How to tackle a widening wealth gap is the challenge for many governments around the world. Pressured by an increasingly discontented society in 2010, our government answered the call with a joint venture with the business sector - each to donate HK$5 billion to set up a Community Care Fund to help the poor. Despite a lukewarm response from tycoons and criticism over its targets, the fund has since rolled out more than a dozen housing, medical, welfare and education programmes. With an envious HK$6.8 billion in the coffers, the group's advisers are not short of ideas on how to spend money. The initiatives range from a one-off allowance for tenants of bed spaces and temporary housing to sponsoring overseas study tours for poor children. The handouts are no doubt welcome relief for many beneficiaries. Some subsidies may even appear over-generous. For instance, owners of 3,000 old buildings can draw money to improve fire safety and take out insurance on accidents involving third parties.

Taxpayers do not mind spending more to help the needy, especially when the cash-rich government can clearly afford to do more. Handouts like public housing rent waivers and one-month bonus welfare payments are almost standard features in the financial secretary's budgets. But whether all spending programmes are justifiable is open to debate. The last thing we want to see is officials feeling compelled to empty the fund recklessly to prove its success.
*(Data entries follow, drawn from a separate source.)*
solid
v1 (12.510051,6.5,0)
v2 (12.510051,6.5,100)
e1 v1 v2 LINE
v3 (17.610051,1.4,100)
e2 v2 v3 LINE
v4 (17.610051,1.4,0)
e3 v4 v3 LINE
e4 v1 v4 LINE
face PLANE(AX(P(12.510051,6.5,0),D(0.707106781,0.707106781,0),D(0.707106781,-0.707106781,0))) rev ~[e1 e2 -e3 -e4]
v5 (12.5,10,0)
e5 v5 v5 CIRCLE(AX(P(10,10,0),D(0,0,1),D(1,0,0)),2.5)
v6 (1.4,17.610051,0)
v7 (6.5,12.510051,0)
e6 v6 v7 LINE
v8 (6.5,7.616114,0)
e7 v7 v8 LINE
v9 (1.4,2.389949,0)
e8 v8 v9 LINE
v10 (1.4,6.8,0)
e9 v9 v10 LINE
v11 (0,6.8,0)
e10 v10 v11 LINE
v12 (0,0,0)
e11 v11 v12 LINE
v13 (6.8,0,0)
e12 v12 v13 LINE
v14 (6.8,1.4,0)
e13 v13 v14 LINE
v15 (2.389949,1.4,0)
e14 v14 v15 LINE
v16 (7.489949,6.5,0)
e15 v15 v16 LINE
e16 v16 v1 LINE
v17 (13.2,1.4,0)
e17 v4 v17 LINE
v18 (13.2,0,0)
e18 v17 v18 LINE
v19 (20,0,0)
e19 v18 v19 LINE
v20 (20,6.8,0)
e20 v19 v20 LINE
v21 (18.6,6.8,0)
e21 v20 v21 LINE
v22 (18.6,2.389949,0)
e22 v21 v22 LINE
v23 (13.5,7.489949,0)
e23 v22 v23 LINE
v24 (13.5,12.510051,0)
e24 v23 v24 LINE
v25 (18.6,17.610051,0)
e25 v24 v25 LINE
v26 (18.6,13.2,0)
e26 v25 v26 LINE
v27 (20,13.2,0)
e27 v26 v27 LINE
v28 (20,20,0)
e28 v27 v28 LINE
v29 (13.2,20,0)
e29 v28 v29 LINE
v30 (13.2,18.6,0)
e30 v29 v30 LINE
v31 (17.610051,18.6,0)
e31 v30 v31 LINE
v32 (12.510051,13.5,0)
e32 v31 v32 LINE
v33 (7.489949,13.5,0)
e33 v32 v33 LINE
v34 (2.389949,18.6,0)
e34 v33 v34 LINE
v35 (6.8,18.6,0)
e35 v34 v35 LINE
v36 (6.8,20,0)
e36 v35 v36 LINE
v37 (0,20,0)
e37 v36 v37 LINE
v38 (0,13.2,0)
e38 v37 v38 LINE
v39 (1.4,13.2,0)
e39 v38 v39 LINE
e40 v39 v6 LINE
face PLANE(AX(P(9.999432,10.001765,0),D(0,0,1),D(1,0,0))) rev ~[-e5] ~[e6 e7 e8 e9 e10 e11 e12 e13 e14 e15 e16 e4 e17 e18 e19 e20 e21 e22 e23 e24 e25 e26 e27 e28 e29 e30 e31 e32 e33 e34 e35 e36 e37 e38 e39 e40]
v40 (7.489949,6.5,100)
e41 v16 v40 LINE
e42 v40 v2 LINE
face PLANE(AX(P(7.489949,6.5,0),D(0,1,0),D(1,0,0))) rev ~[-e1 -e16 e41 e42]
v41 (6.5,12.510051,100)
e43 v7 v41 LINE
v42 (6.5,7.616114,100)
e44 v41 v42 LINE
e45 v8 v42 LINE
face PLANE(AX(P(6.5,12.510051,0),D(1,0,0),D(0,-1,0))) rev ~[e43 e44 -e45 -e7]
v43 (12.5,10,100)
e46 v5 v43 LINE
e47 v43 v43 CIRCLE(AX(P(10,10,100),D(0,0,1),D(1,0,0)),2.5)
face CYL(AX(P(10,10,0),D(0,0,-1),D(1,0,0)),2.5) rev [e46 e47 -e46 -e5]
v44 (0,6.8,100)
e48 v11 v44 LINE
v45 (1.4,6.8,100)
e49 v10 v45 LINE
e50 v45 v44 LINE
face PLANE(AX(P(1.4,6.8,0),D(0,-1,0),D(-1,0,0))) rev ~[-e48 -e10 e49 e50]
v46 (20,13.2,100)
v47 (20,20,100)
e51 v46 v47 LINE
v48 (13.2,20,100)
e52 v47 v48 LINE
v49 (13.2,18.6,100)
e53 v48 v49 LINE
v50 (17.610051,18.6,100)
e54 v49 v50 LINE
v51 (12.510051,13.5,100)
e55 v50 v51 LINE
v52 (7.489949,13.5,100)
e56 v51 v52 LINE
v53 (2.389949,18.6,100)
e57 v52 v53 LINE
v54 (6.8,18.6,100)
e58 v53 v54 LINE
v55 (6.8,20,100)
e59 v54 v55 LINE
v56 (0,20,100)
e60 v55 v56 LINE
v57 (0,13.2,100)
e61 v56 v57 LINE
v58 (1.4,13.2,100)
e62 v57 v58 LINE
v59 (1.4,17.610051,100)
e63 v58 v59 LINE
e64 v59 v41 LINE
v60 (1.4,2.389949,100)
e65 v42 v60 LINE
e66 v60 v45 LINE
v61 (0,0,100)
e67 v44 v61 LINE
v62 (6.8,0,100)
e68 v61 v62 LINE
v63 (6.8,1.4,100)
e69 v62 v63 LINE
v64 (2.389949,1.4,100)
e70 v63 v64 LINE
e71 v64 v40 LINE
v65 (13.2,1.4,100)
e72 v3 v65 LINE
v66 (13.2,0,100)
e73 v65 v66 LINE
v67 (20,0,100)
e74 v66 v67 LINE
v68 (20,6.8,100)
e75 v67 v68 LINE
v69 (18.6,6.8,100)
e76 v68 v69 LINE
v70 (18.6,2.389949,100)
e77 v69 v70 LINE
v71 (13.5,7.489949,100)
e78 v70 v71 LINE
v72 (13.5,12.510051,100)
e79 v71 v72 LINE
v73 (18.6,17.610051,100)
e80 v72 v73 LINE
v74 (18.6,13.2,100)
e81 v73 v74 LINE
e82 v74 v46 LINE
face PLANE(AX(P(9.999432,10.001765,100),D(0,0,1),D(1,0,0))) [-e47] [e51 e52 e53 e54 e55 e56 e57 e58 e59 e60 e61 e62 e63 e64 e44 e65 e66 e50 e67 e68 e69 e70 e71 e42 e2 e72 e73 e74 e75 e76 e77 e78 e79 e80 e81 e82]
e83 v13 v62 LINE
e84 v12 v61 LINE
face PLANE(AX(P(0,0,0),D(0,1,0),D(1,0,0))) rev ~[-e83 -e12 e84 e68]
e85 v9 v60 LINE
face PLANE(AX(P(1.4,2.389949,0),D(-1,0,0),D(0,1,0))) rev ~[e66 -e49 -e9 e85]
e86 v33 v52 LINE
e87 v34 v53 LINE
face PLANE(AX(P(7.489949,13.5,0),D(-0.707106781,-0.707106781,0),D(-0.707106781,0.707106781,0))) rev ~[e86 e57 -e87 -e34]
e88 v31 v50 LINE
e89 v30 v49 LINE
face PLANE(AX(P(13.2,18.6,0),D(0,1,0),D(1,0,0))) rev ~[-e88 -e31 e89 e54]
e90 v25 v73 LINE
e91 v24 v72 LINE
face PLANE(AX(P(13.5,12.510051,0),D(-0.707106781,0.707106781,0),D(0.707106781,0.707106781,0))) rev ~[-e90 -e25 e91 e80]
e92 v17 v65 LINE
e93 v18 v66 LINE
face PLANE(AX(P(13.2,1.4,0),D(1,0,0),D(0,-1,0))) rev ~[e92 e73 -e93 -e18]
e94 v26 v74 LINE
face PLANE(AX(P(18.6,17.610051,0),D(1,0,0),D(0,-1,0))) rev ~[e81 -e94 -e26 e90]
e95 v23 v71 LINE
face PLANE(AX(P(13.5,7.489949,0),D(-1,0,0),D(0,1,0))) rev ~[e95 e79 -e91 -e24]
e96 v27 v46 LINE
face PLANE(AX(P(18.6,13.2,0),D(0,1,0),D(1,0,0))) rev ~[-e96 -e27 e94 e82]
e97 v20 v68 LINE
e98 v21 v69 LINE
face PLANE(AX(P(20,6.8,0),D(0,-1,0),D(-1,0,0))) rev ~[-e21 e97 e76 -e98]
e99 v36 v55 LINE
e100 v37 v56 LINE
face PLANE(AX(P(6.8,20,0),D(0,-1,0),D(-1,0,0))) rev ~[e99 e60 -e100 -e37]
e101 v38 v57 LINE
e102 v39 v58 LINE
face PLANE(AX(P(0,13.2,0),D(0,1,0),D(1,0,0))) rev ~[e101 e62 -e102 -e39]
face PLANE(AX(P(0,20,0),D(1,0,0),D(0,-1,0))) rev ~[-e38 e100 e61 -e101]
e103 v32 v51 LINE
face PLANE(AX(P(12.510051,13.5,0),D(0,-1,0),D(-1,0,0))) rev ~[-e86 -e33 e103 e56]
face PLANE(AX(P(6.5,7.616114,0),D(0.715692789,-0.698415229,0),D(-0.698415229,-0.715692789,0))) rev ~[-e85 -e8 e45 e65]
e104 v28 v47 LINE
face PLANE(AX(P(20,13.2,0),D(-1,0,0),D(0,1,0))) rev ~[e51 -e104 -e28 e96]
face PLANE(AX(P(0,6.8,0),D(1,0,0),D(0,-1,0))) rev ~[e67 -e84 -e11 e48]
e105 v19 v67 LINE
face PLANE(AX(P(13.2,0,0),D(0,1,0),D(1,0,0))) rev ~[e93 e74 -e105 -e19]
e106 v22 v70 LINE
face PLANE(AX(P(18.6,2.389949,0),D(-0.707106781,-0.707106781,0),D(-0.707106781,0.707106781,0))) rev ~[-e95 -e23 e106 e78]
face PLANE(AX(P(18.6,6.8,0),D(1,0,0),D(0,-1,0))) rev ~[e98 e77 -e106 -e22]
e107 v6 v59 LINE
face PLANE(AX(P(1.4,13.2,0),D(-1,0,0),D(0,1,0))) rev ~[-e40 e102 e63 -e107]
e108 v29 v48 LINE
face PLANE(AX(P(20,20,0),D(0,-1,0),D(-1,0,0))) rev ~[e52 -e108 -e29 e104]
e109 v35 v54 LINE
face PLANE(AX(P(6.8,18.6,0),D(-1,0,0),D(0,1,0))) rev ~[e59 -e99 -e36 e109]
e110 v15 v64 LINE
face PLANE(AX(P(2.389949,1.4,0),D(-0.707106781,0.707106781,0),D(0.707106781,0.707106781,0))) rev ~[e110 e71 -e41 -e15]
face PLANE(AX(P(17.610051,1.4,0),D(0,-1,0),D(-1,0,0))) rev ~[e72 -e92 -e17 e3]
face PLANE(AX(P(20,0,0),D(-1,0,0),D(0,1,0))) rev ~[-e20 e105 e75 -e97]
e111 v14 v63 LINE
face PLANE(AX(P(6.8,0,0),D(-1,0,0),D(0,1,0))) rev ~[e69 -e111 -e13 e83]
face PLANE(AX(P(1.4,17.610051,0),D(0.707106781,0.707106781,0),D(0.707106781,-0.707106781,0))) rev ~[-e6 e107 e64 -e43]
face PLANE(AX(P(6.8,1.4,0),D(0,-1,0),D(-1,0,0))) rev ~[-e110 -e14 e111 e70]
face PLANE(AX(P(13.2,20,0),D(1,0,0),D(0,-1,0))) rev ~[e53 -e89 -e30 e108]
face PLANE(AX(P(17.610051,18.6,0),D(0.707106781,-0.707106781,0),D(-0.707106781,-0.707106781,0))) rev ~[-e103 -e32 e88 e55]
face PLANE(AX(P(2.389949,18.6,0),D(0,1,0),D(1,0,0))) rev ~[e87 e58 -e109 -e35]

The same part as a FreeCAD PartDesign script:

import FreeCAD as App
import Part
import Sketcher

V = App.Vector
Q = App.Units.Quantity


def add_polygon(sketch, points):
    """Adds a closed chain of lines whose ends are joined by coincident constraints."""
    first, n = sketch.GeometryCount, len(points)
    for a, b in zip(points, points[1:] + points[:1]):
        sketch.addGeometry(Part.LineSegment(App.Vector(*a, 0), App.Vector(*b, 0)), False)
    for i in range(n):
        sketch.addConstraint(Sketcher.Constraint("Coincident", first + i, 2, first + (i + 1) % n, 1))

doc = App.newDocument("Part")
params = doc.addObject("Spreadsheet::Sheet", "Params")
for row, (alias, value) in enumerate([
    ("sketch1_diameter", "5 mm"),
    ("sketch1_width", "1.4 mm"),
    ("sketch1_width2", "6.8 mm"),
    ("pad1_length", "100 mm"),
], start=1):
    params.set(f"A{row}", alias)
    params.set(f"B{row}", "=" + value)
    params.setAlias(f"B{row}", alias)

body = doc.addObject("PartDesign::Body", "Body")

sketch1 = body.newObject("Sketcher::SketchObject", "Sketch")
sketch1.AttachmentSupport = (doc.getObject("XY_Plane"), [""])
sketch1.MapMode = "FlatFace"
add_polygon(sketch1, [(6.5, 7.616114), (1.4, 2.389949), (1.4, 6.8), (0, 6.8), (0, 0), (6.8, 0), (6.8, 1.4), (2.389949, 1.4), (7.489949, 6.5), (12.510051, 6.5), (17.610051, 1.4), (13.2, 1.4), (13.2, 0), (20, 0), (20, 6.8), (18.6, 6.8), (18.6, 2.389949), (13.5, 7.489949), (13.5, 12.510051), (18.6, 17.610051), (18.6, 13.2), (20, 13.2), (20, 20), (13.2, 20), (13.2, 18.6), (17.610051, 18.6), (12.510051, 13.5), (7.489949, 13.5), (2.389949, 18.6), (6.8, 18.6), (6.8, 20), (0, 20), (0, 13.2), (1.4, 13.2), (1.4, 17.610051), (6.5, 12.510051)])
sketch1.addGeometry(Part.Circle(V(10, 10, 0), V(0, 0, 1), 2.5), False)
sketch1.addConstraint([
    Sketcher.Constraint("Vertical", 1),
    Sketcher.Constraint("Horizontal", 2),
    Sketcher.Constraint("Vertical", 3),
    Sketcher.Constraint("Horizontal", 4),
    Sketcher.Constraint("Vertical", 5),
    Sketcher.Constraint("Horizontal", 6),
    Sketcher.Constraint("Horizontal", 8),
    Sketcher.Constraint("Horizontal", 10),
    Sketcher.Constraint("Vertical", 11),
    Sketcher.Constraint("Horizontal", 12),
    Sketcher.Constraint("Vertical", 13),
    Sketcher.Constraint("Horizontal", 14),
    Sketcher.Constraint("Vertical", 15),
    Sketcher.Constraint("Vertical", 17),
    Sketcher.Constraint("Vertical", 19),
    Sketcher.Constraint("Horizontal", 20),
    Sketcher.Constraint("Vertical", 21),
    Sketcher.Constraint("Horizontal", 22),
    Sketcher.Constraint("Vertical", 23),
    Sketcher.Constraint("Horizontal", 24),
    Sketcher.Constraint("Horizontal", 26),
    Sketcher.Constraint("Horizontal", 28),
    Sketcher.Constraint("Vertical", 29),
    Sketcher.Constraint("Horizontal", 30),
    Sketcher.Constraint("Vertical", 31),
    Sketcher.Constraint("Horizontal", 32),
    Sketcher.Constraint("Vertical", 33),
    Sketcher.Constraint("Vertical", 35),
    Sketcher.Constraint("Coincident", 3, 2, -1, 1),
    Sketcher.Constraint("PointOnObject", 11, 2, -1),
    Sketcher.Constraint("PointOnObject", 30, 2, -2),
    Sketcher.Constraint("Perpendicular", 7, 9),
    Sketcher.Constraint("Parallel", 9, 16),
    Sketcher.Constraint("Perpendicular", 16, 18),
    Sketcher.Constraint("Parallel", 18, 25),
    Sketcher.Constraint("Perpendicular", 25, 27),
    Sketcher.Constraint("Parallel", 27, 34),
    Sketcher.Constraint("Horizontal", 6, 2, 9, 2),
    Sketcher.Constraint("Horizontal", 2, 2, 13, 2),
    Sketcher.Constraint("Horizontal", 0, 2, 15, 2),
    Sketcher.Constraint("Horizontal", 24, 2, 27, 2),
    Sketcher.Constraint("Horizontal", 22, 2, 29, 2),
    Sketcher.Constraint("Horizontal", 20, 2, 31, 2),
    Sketcher.Constraint("Horizontal", 18, 2, 33, 2),
    Sketcher.Constraint("Horizontal", 17, 2, 34, 2),
    Sketcher.Constraint("Vertical", 15, 2, 18, 2),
The fund was set up to bridge gaps in the existing safety net for the underprivileged, with a view to turning some of its schemes into regular government spending programmes. Some schemes, such as subsidising self-financed specialist medicine and giving schoolchildren free lunches, appear to be worth extending. Chief executive-elect Leung Chun-ying has said he will revive the poverty commission scrapped by the current government. It makes sense to first review the fund's effectiveness before deciding on the way forward.